Are you only tunneling IPv6 through the VPN?

I'd be interested in knowing how this is setup as I was attempting to make a private v6 tunnel.


----------



## Kris (Oct 18, 2014)

@KuJoe I got 60 down / 12 up in Denver, due to their competitive CenturyLink speeds. If you pay $10 extra per month, your v4 speeds should match your v6, I'm guessing you aren't on Blast, but getting Blast speeds over v6. 

Nice speed test tool BTW, never was able to test v4 / v6 before. 







Time Warner LA with their MAXX upgrade.

Waiting to get off their leased modem for the SB6183, which gives you the full 16 channels / 300 Mbps down.


----------



## KuJoe (Oct 18, 2014)

Kris said:


> @KuJoe I got 60 down / 12 up in Denver, due to their competitive CenturyLink speeds.
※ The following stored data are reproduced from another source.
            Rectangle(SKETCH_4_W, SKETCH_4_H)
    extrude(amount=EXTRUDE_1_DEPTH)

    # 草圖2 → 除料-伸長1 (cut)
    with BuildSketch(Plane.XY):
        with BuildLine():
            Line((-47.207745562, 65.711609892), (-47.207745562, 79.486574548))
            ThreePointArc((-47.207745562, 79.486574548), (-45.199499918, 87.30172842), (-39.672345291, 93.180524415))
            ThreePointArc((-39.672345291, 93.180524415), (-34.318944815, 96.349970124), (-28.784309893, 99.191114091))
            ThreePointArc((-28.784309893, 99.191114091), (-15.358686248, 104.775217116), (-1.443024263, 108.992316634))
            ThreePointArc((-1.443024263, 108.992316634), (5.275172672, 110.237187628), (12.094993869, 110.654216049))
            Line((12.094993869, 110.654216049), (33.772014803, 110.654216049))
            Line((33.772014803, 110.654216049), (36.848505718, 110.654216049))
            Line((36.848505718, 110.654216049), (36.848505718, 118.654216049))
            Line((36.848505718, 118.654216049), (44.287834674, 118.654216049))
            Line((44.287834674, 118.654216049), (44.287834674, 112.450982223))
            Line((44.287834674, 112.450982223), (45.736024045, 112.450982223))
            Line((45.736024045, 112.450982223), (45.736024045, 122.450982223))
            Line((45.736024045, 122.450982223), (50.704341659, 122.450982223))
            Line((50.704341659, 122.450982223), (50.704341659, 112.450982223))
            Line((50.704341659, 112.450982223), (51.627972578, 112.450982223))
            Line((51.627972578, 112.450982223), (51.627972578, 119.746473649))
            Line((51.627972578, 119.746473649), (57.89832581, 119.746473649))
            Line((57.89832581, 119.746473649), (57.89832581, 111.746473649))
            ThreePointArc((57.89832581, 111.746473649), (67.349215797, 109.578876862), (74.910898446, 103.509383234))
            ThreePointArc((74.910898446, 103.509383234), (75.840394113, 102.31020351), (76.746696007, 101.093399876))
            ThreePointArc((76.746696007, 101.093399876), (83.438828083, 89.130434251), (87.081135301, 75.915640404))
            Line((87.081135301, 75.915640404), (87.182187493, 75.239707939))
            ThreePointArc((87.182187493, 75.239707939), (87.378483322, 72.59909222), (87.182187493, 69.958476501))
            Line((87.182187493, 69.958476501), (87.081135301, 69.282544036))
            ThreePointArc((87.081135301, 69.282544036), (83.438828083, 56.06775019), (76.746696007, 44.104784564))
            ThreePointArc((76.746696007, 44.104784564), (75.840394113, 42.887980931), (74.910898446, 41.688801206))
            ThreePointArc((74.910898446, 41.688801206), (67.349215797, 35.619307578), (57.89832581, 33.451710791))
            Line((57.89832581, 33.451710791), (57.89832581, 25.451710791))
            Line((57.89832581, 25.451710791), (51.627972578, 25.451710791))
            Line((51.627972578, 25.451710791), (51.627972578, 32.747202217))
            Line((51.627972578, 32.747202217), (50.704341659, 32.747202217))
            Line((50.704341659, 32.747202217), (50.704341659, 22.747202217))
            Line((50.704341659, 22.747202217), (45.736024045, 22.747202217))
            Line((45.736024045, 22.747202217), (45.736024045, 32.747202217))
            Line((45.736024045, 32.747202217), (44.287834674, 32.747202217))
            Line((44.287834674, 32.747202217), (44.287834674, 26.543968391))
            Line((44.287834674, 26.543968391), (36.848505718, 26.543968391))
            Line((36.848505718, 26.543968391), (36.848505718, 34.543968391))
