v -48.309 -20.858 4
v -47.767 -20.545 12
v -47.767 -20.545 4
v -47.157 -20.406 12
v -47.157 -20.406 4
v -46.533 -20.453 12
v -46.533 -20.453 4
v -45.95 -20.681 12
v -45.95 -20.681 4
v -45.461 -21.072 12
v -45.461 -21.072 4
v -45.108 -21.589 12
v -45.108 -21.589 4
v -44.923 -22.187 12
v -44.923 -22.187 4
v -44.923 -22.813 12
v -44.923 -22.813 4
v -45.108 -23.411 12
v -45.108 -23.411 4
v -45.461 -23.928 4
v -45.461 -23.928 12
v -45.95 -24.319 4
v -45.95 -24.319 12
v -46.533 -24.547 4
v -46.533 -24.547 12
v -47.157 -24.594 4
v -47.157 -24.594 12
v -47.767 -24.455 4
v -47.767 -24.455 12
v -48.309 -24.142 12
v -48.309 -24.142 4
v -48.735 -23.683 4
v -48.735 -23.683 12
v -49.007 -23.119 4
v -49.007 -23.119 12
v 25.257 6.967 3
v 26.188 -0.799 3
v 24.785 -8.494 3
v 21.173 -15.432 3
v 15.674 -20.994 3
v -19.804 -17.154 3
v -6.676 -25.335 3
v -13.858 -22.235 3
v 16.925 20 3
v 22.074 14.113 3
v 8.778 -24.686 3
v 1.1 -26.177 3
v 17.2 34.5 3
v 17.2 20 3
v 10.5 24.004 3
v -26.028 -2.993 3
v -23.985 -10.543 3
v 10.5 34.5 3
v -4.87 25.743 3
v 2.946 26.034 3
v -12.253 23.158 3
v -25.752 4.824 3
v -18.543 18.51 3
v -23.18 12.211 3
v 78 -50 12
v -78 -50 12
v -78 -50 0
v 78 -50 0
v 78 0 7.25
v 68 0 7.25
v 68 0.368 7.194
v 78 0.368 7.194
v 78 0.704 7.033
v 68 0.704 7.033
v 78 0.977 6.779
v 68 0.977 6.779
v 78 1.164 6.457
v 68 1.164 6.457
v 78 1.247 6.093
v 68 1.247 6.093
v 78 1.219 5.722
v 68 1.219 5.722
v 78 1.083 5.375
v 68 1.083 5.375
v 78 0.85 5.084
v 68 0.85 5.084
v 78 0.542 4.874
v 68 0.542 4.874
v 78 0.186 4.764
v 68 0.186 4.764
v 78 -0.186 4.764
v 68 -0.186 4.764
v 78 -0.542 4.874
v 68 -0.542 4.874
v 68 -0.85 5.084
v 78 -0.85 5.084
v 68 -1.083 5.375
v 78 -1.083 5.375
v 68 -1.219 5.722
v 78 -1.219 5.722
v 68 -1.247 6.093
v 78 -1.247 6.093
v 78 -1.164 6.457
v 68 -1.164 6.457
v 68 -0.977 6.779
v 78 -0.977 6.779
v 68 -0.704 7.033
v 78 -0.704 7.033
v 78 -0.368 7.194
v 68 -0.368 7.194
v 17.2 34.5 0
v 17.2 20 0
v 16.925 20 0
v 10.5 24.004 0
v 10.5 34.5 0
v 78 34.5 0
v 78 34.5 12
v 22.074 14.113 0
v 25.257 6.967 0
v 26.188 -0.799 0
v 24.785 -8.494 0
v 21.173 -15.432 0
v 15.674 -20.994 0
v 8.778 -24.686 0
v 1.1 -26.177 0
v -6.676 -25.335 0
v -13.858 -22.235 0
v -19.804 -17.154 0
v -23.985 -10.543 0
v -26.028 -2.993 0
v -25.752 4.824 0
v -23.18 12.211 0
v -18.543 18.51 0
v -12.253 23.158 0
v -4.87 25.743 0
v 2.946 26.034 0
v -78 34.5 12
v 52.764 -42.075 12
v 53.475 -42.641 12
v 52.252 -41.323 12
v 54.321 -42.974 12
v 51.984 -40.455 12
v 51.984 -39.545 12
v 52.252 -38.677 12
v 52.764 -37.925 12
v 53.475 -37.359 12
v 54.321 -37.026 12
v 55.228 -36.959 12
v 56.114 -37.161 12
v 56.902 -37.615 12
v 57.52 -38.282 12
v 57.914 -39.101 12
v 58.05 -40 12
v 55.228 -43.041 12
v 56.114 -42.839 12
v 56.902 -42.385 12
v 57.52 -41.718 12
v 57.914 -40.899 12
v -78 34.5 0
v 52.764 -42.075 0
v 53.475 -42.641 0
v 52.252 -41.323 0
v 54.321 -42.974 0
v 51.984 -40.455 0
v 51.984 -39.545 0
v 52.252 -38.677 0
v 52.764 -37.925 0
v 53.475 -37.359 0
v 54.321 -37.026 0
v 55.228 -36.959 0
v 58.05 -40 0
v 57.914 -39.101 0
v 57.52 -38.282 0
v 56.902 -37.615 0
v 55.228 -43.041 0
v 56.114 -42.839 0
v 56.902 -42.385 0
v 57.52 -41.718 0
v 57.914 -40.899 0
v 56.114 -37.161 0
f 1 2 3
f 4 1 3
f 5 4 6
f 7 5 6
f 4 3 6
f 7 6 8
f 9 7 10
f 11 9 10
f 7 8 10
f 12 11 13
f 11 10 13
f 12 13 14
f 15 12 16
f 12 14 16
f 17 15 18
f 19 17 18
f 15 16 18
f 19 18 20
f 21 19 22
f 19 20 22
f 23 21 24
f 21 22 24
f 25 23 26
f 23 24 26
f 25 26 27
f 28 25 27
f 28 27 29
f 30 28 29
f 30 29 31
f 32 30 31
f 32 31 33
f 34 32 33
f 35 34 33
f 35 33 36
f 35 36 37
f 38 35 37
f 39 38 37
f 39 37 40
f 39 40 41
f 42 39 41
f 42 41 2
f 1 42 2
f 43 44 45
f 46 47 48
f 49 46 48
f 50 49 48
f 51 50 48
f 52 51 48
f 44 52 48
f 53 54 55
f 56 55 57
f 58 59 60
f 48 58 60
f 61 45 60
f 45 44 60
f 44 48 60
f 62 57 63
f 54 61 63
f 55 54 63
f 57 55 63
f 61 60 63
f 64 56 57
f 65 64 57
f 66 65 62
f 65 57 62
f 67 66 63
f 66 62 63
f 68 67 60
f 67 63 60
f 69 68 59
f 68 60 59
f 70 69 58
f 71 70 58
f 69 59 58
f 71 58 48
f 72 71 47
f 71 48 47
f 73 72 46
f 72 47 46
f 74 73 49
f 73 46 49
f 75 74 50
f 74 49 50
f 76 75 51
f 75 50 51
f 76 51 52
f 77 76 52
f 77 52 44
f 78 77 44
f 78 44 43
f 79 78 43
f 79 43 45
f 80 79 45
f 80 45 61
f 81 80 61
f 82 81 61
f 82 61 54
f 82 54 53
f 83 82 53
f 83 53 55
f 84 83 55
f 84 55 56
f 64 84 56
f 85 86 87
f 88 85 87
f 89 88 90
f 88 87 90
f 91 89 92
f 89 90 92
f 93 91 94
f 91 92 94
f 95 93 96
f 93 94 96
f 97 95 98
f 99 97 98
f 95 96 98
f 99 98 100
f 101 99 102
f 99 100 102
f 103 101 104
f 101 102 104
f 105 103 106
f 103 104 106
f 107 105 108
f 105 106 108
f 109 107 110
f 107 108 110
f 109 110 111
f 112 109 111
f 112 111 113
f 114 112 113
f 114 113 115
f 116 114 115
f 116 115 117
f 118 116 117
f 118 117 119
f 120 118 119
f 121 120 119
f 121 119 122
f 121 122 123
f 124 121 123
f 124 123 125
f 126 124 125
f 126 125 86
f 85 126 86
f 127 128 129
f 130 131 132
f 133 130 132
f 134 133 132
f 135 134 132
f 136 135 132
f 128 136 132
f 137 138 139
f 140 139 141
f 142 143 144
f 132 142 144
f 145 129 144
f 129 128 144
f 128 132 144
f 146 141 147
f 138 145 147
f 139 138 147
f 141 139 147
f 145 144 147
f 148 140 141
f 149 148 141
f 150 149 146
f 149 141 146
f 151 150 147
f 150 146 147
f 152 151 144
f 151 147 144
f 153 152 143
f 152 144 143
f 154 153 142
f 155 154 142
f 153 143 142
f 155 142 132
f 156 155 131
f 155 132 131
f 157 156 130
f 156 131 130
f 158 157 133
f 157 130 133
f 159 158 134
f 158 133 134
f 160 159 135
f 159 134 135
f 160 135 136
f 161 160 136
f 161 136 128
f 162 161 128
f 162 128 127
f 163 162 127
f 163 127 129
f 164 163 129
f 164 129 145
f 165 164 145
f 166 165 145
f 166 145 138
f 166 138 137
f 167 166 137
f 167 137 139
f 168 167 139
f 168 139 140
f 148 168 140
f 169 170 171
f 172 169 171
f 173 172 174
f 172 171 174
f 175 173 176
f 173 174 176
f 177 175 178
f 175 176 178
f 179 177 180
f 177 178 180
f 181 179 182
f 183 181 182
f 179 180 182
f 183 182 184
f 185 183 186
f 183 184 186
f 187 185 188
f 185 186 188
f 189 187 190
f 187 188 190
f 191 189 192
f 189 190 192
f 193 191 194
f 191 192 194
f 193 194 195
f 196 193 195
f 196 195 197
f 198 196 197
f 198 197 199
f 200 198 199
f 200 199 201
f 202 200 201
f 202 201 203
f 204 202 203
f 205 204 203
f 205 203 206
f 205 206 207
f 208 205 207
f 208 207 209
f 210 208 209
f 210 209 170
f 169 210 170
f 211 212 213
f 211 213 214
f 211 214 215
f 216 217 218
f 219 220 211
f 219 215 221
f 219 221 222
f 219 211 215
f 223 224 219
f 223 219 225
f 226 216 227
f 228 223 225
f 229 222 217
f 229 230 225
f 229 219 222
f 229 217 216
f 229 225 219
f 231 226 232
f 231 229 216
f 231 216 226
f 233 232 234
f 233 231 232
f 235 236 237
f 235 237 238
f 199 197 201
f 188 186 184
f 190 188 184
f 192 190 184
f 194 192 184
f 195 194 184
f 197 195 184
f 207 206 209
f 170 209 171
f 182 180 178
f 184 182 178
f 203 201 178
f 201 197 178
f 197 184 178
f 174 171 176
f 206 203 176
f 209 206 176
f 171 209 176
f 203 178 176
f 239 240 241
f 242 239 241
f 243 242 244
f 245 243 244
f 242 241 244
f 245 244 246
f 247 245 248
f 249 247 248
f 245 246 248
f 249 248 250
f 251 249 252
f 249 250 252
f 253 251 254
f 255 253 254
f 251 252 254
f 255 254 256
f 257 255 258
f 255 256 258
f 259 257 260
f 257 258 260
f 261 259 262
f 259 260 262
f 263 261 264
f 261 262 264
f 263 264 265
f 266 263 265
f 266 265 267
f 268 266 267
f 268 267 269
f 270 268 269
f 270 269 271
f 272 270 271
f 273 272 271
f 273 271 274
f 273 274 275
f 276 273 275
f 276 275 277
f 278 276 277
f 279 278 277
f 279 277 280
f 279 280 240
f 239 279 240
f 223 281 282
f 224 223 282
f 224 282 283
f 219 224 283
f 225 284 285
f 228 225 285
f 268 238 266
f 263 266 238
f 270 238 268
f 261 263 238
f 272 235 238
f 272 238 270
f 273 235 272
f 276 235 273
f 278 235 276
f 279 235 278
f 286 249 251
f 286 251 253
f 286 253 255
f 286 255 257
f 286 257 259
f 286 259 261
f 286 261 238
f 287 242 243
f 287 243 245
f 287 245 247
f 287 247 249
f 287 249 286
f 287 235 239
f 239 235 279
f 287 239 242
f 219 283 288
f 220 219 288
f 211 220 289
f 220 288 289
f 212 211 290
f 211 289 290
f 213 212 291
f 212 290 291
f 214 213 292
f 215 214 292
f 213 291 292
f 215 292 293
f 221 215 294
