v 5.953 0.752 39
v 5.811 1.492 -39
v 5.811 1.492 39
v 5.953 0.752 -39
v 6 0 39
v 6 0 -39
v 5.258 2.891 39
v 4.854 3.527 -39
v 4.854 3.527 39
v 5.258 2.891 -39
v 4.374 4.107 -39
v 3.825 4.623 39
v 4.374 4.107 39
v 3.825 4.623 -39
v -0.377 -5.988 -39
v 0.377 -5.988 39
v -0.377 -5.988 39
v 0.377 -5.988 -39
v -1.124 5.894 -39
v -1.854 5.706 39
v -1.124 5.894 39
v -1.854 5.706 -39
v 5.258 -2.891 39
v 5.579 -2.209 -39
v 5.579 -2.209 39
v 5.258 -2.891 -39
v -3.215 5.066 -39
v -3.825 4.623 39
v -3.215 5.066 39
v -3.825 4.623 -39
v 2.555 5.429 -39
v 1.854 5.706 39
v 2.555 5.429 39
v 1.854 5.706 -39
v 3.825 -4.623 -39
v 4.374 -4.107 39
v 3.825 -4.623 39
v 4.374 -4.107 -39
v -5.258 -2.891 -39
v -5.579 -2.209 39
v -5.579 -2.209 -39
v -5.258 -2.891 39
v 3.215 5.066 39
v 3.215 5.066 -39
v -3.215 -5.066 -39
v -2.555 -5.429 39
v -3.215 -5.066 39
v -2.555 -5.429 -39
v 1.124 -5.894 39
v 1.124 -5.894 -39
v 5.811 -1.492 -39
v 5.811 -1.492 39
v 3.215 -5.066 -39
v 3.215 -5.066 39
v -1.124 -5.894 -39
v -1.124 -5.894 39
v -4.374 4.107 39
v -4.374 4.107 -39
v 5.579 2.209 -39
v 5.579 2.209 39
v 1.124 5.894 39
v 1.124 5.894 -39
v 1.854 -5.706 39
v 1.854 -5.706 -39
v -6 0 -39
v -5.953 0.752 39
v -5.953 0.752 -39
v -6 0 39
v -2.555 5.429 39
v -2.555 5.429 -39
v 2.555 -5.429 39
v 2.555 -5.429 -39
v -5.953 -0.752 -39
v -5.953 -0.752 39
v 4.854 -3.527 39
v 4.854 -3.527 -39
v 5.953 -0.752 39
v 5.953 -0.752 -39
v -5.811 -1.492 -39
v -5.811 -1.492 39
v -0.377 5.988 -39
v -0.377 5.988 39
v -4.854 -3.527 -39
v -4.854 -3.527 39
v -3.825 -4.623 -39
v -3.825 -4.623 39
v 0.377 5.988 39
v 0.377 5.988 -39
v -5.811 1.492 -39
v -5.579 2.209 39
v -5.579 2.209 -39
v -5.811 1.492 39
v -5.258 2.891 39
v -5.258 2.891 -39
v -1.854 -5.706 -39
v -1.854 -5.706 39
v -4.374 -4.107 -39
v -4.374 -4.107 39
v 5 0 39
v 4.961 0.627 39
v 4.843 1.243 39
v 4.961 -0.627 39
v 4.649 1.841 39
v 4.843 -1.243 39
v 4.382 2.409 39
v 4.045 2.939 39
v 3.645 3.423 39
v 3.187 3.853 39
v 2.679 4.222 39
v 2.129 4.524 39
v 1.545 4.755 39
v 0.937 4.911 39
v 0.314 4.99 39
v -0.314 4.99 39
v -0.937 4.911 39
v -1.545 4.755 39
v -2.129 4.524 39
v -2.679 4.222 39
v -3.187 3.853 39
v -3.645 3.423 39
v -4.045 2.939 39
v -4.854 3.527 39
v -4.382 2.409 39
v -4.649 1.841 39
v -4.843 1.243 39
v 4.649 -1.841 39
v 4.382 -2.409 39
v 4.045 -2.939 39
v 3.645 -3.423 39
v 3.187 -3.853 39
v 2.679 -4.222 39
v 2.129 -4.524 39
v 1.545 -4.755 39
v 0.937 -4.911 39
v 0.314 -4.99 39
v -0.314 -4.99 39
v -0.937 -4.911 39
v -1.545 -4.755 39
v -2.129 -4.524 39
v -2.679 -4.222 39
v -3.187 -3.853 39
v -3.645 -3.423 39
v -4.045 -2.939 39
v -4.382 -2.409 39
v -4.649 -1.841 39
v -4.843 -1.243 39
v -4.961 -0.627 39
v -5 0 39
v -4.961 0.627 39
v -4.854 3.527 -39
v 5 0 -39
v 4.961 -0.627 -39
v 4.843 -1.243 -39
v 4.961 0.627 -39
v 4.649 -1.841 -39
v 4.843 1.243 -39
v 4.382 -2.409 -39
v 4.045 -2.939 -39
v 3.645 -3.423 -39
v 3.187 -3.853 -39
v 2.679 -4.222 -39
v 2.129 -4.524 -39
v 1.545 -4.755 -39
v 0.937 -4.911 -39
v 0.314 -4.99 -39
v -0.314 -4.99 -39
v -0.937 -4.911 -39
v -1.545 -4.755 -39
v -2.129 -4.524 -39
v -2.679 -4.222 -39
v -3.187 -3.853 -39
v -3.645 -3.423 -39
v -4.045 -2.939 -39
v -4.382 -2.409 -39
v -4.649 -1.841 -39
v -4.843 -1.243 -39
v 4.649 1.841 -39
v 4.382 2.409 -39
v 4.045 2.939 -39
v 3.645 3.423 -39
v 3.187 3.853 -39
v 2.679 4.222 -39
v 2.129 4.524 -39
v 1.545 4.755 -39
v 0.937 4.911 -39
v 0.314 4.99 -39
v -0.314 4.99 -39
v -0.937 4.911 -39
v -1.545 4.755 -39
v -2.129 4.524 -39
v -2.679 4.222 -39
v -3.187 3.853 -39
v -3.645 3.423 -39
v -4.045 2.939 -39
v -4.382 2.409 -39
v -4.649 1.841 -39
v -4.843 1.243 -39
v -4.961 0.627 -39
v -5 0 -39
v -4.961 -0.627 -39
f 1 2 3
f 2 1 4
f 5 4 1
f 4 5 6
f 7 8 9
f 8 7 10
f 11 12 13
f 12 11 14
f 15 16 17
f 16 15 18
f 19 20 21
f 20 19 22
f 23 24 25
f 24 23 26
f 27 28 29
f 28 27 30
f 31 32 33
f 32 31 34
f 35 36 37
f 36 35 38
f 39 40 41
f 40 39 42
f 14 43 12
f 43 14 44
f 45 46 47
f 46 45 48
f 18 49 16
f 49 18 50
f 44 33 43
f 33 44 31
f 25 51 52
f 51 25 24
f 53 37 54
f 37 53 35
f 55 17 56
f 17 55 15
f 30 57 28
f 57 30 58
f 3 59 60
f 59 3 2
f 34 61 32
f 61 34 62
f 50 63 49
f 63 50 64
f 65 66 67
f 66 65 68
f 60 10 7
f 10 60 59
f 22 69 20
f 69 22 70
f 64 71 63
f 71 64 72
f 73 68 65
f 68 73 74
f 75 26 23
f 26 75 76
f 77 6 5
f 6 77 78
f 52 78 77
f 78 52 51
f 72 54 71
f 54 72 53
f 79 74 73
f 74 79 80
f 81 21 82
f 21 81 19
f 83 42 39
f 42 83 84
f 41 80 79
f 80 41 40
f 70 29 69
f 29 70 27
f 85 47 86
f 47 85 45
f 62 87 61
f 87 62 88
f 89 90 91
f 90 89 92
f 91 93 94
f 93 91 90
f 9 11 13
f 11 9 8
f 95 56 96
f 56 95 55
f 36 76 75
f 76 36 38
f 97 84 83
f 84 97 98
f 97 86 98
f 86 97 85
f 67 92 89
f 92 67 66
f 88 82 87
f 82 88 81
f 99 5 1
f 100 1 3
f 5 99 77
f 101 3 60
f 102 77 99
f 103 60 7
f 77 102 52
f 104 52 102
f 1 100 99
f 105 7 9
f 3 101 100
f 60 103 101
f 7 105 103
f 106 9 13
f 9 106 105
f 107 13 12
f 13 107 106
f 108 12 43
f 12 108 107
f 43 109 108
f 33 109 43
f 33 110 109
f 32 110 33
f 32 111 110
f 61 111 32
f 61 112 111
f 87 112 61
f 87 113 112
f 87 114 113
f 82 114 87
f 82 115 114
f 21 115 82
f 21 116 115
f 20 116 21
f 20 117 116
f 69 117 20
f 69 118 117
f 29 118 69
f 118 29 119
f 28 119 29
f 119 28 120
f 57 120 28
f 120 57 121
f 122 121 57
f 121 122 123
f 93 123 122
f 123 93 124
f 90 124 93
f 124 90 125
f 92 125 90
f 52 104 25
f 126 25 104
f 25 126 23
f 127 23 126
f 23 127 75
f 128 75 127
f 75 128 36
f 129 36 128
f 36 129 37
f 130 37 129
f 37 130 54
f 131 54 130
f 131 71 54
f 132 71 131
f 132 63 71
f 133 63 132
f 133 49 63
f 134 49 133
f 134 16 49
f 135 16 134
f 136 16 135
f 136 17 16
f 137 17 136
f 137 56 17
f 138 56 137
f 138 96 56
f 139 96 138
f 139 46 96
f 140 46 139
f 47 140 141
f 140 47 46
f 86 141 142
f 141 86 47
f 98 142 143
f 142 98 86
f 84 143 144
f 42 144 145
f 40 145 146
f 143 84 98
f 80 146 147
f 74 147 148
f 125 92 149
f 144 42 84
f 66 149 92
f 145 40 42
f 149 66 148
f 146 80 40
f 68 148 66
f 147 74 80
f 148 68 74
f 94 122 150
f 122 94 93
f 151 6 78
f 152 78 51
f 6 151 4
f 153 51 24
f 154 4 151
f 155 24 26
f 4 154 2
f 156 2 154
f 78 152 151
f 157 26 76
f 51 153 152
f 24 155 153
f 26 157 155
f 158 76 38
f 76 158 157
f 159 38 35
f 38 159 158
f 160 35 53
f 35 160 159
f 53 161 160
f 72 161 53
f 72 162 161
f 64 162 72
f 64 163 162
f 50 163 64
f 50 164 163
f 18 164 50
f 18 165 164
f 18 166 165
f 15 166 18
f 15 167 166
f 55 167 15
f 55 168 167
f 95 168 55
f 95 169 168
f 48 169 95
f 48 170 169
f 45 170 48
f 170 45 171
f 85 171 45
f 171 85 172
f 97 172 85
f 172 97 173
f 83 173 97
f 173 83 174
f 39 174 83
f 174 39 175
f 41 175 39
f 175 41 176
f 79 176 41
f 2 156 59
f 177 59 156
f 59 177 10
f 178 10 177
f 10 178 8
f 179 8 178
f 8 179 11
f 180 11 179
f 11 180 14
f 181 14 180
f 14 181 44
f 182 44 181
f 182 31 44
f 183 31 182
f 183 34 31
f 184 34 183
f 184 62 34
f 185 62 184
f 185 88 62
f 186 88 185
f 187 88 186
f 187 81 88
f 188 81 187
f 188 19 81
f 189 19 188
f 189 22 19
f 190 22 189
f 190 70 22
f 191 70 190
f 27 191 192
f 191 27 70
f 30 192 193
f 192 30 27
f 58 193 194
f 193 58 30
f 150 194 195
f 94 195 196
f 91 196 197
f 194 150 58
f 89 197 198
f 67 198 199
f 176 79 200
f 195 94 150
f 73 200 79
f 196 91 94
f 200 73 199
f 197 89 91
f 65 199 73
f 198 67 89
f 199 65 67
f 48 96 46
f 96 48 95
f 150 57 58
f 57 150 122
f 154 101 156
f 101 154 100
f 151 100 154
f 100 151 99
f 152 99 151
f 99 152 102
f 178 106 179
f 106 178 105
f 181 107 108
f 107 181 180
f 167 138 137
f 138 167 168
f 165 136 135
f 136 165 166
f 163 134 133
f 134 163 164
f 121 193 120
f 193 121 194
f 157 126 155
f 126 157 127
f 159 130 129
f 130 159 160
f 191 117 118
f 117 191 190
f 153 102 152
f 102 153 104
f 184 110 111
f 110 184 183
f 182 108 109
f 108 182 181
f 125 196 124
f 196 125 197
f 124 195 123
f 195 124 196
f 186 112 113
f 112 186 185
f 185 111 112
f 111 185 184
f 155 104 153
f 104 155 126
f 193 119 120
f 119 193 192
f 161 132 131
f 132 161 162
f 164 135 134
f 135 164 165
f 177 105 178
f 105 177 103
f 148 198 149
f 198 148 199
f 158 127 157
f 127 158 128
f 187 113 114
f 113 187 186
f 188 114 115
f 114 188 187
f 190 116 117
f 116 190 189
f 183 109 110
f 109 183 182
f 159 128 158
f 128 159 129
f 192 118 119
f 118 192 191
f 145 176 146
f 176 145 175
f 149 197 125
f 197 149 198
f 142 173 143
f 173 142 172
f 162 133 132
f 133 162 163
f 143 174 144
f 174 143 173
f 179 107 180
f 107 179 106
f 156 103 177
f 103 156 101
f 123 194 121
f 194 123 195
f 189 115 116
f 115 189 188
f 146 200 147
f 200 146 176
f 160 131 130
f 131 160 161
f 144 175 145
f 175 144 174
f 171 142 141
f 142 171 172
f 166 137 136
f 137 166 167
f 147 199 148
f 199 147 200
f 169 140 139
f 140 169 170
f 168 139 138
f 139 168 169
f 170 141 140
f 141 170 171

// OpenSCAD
$fn = 50;


difference() {
	union() {
		translate(v = [0, 0, -39.0000000000]) {
			cylinder(h = 78, r = 6.0000000000);
		}
	}
	union() {
		translate(v = [0, 0, -100.0000000000]) {
			cylinder(h = 200, r = 5.0000000000);
		}
	}
}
If you pay $10 extra per month, your v4 speeds should match your v6, I'm guessing you aren't on Blast, but getting Blast speeds over v6.
> 
> Nice speed test tool BTW, never was able to test v4 / v6 before.
> 
> ...


I have their cheapest "Double Play" package but I wish I didn't sign a contract because we can't wait to get rid of our cable.

I've got a SB6141 and it works nicely compared to ever other cable modem I've ever had, I wish more ISPs would let you bring your own modem like Comcast does.


----------



## Kris (Oct 18, 2014)

KuJoe said:


> I have their cheapest "Double Play" package but I wish I didn't sign a contract because we can't wait to get rid of our cable.
> 
> I've got a SB6141 and it works nicely compared to ever other cable modem I've ever had, I wish more ISPs would let you bring your own modem like Comcast does.


Cable is 12 month plans, but you aren't in a contract. That's simply when they jack up the prices. 

The SB6141 is what I had in Denver, but as I guessed, I had the 'Blast' $10/extra per month to get 60 down / 10 up on v4. Seems like they have uncapped v6, per se with the new speed tier. 

Here you need a 16 channel router to pull anything over 110 Mbps, which is why I'm waiting for the SB6183 to become more readily available retail.

It's 1-3 months on Amazon. Only reason why I'm on a TWC leased modem is there aren't any 16 channel downstream modems that will pull these speeds. 

A SB6141 only gets around 110Mbps down here due to all channels not being provisioned. Seems cable is finally waking up in certain regions to match their competitors' offerings.


----------